Problem | Set down exactly the lines of the records from the top to the line containing "#7=PRODUCT_DEFINITION_SHAPE('','',#6);"; include both.

Stored data entries:
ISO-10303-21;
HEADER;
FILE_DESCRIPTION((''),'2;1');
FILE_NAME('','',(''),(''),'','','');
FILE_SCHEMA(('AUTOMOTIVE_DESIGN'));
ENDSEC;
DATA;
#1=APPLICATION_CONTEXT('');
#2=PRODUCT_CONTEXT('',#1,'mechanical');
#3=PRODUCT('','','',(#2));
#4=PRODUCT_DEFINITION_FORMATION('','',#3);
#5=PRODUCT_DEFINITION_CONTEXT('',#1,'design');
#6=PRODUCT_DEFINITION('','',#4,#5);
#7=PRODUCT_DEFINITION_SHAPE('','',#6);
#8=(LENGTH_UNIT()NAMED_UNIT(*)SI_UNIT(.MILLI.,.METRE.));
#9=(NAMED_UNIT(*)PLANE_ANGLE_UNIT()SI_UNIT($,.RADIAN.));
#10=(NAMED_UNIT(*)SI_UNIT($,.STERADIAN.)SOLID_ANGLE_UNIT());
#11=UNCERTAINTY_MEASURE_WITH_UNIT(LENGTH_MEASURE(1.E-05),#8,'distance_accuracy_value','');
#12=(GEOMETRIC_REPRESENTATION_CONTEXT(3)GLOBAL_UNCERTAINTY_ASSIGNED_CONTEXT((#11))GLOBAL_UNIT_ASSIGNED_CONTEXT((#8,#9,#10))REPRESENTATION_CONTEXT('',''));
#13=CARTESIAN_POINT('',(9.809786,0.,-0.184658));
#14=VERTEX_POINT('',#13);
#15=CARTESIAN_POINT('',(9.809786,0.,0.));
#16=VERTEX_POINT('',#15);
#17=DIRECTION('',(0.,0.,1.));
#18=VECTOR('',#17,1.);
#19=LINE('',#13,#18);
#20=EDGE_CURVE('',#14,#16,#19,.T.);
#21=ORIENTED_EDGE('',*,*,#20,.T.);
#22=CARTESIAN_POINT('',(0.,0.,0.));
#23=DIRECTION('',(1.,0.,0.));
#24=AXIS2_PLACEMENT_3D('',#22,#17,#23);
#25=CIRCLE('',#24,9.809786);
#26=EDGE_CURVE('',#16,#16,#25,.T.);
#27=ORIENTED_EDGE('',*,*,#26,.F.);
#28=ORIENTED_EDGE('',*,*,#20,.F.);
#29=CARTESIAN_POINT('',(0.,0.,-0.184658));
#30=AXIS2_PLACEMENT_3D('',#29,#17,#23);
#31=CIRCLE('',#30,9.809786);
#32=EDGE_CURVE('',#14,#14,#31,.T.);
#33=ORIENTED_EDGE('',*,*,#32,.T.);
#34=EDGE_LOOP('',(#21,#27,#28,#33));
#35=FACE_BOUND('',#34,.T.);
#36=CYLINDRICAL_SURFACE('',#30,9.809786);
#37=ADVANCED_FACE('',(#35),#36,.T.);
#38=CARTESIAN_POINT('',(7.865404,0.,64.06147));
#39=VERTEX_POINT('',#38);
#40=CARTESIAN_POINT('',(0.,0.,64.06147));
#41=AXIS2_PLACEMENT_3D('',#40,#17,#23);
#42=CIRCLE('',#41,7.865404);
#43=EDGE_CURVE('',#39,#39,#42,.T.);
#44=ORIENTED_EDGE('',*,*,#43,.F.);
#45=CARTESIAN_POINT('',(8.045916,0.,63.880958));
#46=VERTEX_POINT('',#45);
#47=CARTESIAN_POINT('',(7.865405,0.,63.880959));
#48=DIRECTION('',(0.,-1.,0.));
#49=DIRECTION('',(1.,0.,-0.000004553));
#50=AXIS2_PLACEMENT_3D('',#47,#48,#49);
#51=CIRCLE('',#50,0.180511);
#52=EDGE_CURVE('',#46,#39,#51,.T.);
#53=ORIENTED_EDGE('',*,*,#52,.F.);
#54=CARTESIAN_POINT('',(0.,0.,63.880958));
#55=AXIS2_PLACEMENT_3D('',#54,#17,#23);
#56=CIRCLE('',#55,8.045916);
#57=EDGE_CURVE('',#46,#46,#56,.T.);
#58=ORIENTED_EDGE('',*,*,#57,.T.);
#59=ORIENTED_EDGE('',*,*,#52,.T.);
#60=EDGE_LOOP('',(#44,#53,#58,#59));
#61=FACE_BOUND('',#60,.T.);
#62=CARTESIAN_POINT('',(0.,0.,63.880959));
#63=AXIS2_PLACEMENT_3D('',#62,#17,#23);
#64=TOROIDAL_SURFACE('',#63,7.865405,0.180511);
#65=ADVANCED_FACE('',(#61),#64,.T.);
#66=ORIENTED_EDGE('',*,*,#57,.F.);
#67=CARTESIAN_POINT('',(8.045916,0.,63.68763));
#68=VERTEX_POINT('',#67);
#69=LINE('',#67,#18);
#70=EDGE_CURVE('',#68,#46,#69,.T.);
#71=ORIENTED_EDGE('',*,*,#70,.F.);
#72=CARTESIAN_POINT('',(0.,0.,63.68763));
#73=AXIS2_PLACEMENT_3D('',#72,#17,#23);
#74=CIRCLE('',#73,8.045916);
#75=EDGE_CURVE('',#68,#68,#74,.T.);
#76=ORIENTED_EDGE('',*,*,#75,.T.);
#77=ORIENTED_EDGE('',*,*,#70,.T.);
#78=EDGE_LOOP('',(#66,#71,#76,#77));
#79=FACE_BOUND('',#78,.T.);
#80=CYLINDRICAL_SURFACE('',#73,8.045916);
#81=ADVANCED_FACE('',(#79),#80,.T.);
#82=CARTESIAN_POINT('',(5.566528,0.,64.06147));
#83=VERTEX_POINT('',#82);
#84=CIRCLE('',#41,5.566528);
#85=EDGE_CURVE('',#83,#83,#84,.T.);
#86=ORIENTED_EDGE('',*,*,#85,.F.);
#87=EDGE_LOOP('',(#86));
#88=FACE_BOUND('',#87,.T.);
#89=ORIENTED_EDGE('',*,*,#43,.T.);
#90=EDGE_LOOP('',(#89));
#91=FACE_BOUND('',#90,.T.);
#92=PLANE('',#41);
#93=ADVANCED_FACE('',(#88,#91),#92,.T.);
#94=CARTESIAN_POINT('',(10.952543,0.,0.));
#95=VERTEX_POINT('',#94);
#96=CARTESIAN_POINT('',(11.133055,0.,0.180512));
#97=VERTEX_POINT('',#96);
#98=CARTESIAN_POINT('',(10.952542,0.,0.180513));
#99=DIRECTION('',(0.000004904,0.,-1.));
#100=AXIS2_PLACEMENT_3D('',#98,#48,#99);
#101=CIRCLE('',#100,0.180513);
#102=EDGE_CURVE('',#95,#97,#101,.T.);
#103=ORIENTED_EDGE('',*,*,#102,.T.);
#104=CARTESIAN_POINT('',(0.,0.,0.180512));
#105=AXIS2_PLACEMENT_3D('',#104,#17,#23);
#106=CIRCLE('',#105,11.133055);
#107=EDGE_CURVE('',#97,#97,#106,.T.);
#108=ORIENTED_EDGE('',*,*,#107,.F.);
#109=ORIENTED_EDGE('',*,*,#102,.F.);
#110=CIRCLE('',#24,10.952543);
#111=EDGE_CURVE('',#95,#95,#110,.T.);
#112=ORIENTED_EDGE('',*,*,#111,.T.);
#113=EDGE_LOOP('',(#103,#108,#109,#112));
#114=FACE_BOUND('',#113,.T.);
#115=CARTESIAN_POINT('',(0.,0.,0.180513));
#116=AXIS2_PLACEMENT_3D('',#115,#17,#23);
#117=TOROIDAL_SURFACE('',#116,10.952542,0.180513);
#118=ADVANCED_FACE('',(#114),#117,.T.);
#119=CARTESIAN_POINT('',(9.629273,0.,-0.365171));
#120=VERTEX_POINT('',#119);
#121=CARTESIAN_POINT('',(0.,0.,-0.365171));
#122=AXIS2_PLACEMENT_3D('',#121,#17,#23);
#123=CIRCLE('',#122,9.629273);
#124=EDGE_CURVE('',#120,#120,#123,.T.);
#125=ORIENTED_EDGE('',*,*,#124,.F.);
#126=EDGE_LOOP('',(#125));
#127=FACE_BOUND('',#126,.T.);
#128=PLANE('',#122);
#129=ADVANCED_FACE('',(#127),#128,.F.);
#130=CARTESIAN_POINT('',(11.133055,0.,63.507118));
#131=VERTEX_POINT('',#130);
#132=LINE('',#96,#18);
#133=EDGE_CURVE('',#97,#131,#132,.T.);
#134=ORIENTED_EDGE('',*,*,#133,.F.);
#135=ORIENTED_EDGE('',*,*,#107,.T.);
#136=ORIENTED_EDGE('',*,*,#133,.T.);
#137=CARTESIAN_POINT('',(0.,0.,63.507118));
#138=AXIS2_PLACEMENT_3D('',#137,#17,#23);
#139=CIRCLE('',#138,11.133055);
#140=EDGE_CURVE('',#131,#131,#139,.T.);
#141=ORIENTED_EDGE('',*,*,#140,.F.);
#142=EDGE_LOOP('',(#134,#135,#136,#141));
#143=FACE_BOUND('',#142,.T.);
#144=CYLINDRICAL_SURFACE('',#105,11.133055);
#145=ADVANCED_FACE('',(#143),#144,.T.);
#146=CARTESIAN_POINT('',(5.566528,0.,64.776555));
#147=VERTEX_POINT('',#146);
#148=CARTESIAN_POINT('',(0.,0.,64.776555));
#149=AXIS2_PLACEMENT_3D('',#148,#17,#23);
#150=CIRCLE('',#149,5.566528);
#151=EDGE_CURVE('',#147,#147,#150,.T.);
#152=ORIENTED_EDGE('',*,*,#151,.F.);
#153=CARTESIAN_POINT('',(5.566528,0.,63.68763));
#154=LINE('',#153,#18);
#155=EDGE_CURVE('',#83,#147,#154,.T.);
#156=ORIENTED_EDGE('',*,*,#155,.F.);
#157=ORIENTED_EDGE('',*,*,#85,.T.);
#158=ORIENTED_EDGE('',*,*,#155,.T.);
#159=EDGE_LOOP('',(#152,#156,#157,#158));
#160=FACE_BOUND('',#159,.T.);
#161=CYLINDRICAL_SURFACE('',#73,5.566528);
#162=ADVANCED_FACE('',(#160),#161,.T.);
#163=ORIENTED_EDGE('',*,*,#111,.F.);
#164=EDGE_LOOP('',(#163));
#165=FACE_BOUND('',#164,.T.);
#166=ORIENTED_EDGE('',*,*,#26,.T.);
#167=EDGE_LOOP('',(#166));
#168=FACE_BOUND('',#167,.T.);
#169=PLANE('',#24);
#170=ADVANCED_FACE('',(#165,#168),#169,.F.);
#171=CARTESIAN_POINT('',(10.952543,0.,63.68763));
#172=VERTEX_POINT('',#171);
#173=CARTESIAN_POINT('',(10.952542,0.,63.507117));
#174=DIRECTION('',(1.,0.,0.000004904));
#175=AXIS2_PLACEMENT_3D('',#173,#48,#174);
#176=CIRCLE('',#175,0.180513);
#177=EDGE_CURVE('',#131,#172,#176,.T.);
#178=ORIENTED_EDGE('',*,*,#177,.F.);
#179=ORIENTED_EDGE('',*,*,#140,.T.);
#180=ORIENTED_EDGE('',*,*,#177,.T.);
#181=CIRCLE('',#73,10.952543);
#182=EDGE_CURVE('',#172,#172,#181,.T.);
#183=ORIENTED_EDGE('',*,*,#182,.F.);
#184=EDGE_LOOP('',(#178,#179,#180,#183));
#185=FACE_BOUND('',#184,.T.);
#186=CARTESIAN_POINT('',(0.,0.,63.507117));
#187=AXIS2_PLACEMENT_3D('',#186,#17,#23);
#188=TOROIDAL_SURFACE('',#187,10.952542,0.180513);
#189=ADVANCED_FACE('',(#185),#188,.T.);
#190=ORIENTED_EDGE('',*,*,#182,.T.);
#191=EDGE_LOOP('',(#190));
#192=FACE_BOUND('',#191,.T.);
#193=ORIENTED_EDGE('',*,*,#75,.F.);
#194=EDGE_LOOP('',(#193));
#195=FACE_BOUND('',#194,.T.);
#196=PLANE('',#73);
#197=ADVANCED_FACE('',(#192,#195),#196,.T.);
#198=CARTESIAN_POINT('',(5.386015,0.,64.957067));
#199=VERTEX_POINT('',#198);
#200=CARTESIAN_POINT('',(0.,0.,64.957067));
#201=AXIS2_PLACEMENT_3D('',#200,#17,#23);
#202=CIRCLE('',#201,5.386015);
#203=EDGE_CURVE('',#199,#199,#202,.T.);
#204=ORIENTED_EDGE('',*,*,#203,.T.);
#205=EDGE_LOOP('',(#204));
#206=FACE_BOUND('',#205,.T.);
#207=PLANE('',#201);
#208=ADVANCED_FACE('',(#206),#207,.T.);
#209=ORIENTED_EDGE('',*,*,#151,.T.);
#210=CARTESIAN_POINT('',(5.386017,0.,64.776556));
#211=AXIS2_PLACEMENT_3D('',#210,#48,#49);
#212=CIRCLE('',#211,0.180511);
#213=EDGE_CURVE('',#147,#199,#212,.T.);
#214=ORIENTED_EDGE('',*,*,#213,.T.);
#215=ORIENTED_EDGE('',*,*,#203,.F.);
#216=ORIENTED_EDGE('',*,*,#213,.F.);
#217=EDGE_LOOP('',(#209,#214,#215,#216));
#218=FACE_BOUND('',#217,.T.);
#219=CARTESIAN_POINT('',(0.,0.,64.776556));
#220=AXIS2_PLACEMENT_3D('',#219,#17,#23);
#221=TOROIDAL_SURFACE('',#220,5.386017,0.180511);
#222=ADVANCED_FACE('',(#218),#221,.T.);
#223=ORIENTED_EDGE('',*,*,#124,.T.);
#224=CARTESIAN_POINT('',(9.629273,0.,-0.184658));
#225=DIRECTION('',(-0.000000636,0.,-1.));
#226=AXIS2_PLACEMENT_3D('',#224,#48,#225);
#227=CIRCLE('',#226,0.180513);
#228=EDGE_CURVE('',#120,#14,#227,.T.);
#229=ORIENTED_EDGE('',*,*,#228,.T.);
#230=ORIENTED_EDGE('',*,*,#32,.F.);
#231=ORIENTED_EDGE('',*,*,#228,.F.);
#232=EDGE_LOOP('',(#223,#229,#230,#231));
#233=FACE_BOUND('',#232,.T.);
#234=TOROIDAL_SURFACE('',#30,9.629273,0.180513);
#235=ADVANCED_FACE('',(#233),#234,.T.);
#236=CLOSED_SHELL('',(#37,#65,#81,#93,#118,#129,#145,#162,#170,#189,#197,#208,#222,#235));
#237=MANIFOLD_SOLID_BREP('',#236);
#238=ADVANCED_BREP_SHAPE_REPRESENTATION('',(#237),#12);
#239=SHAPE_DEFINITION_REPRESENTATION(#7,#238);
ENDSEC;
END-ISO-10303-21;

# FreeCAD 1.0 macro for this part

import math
import FreeCAD as App
import Part
import Sketcher

V = App.Vector

doc = App.newDocument("Part")
params = doc.addObject("Spreadsheet::Sheet", "Params")
for row, (alias, value) in enumerate([
    ("revolution_angle", "360 deg"),
], start=1):
    params.set(f"A{row}", alias)
    params.set(f"B{row}", "=" + value)
    params.setAlias(f"B{row}", alias)

body = doc.addObject("PartDesign::Body", "Body")

sketch1 = body.newObject("Sketcher::SketchObject", "Sketch")
sketch1.AttachmentSupport = (doc.getObject("XZ_Plane"), [""])
sketch1.MapMode = "FlatFace"
sketch1.addGeometry([
    Part.LineSegment(V(0, 64.957067, 0), V(0, -0.365171, 0)),
    Part.LineSegment(V(0, -0.365171, 0), V(9.629273, -0.365171, 0)),
    Part.ArcOfCircle(Part.Circle(V(9.629273, -0.184658, 0), V(0, 0, 1), 0.180513), math.radians(-90.000037), math.radians(0.000037)),
    Part.LineSegment(V(9.809786, -0.184658, 0), V(9.809786, 0, 0)),
    Part.LineSegment(V(9.809786, 0, 0), V(10.952543, 0, 0)),
    Part.ArcOfCircle(Part.Circle(V(10.952542, 0.180513, 0), V(0, 0, 1), 0.180513), math.radians(-89.999719), math.radians(-0.000281)),
    Part.LineSegment(V(11.133055, 0.180512, 0), V(11.133055, 63.507118, 0)),
    Part.ArcOfCircle(Part.Circle(V(10.952542, 63.507117, 0), V(0, 0, 1), 0.180513), math.radians(0.000281), math.radians(89.999719)),
    Part.LineSegment(V(10.952543, 63.68763, 0), V(8.045916, 63.68763, 0)),
    Part.LineSegment(V(8.045916, 63.68763, 0), V(8.045916, 63.880958, 0)),
    Part.ArcOfCircle(Part.Circle(V(7.865405, 63.880959, 0), V(0, 0, 1), 0.180511), math.radians(-0.000261), math.radians(90.000261)),
    Part.LineSegment(V(7.865404, 64.06147, 0), V(5.566528, 64.06147, 0)),
    Part.LineSegment(V(5.566528, 64.06147, 0), V(5.566528, 64.776555, 0)),
    Part.ArcOfCircle(Part.Circle(V(5.386017, 64.776556, 0), V(0, 0, 1), 0.180511), math.radians(-0.000261), math.radians(90.000578)),
    Part.LineSegment(V(5.386015, 64.957067, 0), V(0, 64.957067, 0)),
], False)
sketch1.addConstraint([
    Sketcher.Constraint("Coincident", 0, 2, 1, 1),
    Sketcher.Constraint("Tangent", 1, 2, 2, 1),
    Sketcher.Constraint("Tangent", 2, 2, 3, 1),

Solved exercise |
ISO-10303-21;
HEADER;
FILE_DESCRIPTION((''),'2;1');
FILE_NAME('','',(''),(''),'','','');
FILE_SCHEMA(('AUTOMOTIVE_DESIGN'));
ENDSEC;
DATA;
#1=APPLICATION_CONTEXT('');
#2=PRODUCT_CONTEXT('',#1,'mechanical');
#3=PRODUCT('','','',(#2));
#4=PRODUCT_DEFINITION_FORMATION('','',#3);
#5=PRODUCT_DEFINITION_CONTEXT('',#1,'design');
#6=PRODUCT_DEFINITION('','',#4,#5);
#7=PRODUCT_DEFINITION_SHAPE('','',#6);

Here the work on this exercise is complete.